To do –
Every line below between the one holding "v 111.125 -60.642 6.604" and the one holding "v 114.3 -34.608 6.604", inclusive, should be copied exactly, and no other line.

== Material for this task

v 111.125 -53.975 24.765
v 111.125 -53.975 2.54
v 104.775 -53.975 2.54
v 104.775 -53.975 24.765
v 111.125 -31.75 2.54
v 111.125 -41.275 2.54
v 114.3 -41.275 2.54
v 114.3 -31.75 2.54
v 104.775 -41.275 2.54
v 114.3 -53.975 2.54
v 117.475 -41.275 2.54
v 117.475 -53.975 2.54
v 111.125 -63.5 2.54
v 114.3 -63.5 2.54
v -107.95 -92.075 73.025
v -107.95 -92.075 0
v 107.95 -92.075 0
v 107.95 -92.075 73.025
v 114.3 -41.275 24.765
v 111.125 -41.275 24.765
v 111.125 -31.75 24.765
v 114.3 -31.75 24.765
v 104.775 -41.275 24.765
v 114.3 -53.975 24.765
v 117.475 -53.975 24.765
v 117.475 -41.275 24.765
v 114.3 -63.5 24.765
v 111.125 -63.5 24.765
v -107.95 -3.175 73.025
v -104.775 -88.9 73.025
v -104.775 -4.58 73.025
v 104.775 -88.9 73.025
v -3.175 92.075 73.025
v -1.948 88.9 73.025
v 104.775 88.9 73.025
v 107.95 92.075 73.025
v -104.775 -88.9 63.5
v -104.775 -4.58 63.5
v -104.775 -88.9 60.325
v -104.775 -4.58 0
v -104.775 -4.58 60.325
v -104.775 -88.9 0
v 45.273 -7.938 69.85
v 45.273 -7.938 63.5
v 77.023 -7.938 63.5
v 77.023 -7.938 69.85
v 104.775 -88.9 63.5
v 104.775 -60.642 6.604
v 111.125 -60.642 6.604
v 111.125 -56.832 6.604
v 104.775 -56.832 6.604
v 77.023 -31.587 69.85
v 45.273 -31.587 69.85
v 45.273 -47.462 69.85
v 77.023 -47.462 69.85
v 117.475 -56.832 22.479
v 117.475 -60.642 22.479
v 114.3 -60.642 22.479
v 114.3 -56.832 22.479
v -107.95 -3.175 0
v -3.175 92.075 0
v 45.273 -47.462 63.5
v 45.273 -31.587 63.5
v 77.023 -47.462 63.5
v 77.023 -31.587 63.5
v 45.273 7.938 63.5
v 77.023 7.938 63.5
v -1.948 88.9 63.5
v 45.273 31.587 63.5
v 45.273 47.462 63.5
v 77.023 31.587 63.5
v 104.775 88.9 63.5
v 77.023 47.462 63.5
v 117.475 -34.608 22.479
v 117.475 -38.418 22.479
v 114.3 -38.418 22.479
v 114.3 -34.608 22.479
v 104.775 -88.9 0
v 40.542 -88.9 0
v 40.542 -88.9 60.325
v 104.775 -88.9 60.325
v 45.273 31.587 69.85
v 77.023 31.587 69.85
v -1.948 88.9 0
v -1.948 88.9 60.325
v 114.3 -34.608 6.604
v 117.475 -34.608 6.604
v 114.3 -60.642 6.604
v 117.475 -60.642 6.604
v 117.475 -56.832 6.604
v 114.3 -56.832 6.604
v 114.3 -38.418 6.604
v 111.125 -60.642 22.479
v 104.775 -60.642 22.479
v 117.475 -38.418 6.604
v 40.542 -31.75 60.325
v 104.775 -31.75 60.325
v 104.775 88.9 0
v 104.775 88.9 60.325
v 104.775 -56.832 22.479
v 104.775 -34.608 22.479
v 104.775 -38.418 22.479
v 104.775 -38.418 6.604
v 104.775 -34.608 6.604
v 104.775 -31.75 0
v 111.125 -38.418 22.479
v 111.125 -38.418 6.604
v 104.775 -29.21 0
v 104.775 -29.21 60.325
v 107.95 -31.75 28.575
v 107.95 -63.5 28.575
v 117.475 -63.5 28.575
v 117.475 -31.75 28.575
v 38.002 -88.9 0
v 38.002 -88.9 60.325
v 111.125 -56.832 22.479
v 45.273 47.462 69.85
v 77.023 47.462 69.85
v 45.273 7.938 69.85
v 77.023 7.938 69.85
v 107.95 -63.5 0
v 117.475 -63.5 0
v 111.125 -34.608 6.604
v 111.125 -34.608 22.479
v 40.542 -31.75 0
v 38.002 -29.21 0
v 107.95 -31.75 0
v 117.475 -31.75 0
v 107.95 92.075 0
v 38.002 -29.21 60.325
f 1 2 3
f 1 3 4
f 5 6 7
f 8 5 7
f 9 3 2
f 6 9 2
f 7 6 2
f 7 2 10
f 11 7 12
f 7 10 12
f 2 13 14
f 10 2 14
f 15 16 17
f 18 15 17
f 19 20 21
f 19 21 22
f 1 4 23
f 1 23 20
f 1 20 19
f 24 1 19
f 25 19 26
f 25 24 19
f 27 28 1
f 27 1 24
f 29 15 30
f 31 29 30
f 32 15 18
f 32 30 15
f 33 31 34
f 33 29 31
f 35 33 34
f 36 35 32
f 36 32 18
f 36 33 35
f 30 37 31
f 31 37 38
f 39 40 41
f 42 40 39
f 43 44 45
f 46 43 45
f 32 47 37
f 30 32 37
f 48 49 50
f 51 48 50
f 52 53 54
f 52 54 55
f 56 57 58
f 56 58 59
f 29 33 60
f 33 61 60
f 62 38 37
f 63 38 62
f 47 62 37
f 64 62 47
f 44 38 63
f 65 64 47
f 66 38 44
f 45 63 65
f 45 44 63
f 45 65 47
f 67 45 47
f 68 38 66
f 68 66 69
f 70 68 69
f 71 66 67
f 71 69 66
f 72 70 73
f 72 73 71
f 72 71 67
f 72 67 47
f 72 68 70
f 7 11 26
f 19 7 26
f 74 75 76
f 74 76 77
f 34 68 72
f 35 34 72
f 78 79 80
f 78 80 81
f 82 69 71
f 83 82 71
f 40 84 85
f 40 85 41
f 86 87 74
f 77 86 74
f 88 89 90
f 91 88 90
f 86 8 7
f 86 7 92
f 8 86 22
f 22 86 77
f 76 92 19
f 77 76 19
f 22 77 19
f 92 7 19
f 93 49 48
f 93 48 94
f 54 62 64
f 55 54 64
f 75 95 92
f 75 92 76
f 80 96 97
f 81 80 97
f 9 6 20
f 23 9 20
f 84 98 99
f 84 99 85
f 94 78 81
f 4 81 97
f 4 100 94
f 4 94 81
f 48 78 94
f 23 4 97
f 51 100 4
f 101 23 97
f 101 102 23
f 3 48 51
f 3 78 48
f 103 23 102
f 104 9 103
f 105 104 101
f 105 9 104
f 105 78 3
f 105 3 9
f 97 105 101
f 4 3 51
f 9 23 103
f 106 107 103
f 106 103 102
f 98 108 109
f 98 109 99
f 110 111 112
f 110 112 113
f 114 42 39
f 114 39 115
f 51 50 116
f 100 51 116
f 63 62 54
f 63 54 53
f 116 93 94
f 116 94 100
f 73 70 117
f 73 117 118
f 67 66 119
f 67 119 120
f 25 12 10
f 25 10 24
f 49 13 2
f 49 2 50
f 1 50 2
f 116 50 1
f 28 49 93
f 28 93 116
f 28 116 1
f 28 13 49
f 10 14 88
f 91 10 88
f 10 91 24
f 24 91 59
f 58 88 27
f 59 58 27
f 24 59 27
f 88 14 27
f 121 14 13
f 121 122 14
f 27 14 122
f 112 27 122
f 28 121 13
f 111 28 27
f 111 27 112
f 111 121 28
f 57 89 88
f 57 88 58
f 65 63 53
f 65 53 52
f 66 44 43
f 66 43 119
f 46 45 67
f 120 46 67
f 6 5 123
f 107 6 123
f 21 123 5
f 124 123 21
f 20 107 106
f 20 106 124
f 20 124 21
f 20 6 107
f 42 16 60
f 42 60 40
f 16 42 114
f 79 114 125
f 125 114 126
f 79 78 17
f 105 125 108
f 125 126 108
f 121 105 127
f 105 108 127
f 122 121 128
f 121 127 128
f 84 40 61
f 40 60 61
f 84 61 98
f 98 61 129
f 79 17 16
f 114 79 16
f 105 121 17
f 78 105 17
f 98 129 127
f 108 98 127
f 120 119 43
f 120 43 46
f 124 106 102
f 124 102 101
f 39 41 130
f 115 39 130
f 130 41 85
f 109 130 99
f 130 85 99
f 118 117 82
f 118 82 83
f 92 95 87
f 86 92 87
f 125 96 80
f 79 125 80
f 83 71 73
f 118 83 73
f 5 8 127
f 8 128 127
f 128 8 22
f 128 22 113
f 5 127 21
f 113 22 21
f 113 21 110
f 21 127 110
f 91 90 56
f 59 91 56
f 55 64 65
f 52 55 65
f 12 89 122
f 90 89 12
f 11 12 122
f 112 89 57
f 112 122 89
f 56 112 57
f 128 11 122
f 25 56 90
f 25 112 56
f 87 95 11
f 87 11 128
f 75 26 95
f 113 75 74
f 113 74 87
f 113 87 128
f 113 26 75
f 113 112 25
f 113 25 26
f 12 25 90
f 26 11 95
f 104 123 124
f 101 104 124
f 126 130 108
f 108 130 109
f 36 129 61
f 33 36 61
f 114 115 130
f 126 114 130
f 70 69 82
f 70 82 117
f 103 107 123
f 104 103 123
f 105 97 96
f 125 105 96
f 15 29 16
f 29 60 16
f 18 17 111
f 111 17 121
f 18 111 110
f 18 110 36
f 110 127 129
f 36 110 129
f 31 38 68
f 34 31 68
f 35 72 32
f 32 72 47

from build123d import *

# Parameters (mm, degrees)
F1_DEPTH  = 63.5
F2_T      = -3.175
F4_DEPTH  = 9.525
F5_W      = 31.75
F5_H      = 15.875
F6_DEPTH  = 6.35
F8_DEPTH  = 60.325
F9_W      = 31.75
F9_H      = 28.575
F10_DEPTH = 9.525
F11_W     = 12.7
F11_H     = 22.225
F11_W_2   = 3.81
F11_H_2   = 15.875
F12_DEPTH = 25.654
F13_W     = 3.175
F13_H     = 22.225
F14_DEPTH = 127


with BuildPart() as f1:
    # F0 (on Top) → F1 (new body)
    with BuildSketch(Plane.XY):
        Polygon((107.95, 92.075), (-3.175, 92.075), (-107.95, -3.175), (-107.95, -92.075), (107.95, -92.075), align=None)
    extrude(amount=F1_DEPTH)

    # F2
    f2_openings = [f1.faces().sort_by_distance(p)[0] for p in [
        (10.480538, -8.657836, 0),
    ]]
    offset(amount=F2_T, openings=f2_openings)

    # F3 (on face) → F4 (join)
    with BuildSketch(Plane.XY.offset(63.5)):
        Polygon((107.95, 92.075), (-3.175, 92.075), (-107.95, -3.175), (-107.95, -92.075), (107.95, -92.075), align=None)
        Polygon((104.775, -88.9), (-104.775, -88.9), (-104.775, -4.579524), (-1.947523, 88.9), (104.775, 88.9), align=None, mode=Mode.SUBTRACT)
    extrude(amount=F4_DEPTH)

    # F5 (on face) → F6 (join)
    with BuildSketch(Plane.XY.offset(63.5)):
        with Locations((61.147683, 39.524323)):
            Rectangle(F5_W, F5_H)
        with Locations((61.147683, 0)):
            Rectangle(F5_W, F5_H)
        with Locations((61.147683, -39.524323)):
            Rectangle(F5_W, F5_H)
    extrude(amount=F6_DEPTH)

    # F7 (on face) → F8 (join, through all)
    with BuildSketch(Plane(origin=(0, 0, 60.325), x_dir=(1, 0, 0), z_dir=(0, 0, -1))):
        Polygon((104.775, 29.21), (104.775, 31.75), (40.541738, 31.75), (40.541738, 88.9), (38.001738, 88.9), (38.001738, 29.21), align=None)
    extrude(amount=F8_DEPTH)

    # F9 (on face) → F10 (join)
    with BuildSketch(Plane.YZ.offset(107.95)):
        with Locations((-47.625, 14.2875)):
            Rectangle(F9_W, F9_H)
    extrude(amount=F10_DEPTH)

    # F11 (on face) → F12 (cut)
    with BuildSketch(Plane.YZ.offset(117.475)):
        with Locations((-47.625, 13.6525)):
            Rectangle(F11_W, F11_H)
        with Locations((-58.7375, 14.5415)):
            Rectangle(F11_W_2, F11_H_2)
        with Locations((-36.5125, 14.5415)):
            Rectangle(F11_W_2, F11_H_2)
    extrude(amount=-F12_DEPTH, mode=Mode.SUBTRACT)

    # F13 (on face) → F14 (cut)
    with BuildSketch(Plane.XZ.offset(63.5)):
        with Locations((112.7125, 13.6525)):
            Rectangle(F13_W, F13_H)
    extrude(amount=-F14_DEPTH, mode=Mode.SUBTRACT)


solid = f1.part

====

Exercise output –
v 111.125 -60.642 6.604
v 111.125 -56.832 6.604
v 104.775 -56.832 6.604
v 77.023 -31.587 69.85
v 45.273 -31.587 69.85
v 45.273 -47.462 69.85
v 77.023 -47.462 69.85
v 117.475 -56.832 22.479
v 117.475 -60.642 22.479
v 114.3 -60.642 22.479
v 114.3 -56.832 22.479
v -107.95 -3.175 0
v -3.175 92.075 0
v 45.273 -47.462 63.5
v 45.273 -31.587 63.5
v 77.023 -47.462 63.5
v 77.023 -31.587 63.5
v 45.273 7.938 63.5
v 77.023 7.938 63.5
v -1.948 88.9 63.5
v 45.273 31.587 63.5
v 45.273 47.462 63.5
v 77.023 31.587 63.5
v 104.775 88.9 63.5
v 77.023 47.462 63.5
v 117.475 -34.608 22.479
v 117.475 -38.418 22.479
v 114.3 -38.418 22.479
v 114.3 -34.608 22.479
v 104.775 -88.9 0
v 40.542 -88.9 0
v 40.542 -88.9 60.325
v 104.775 -88.9 60.325
v 45.273 31.587 69.85
v 77.023 31.587 69.85
v -1.948 88.9 0
v -1.948 88.9 60.325
v 114.3 -34.608 6.604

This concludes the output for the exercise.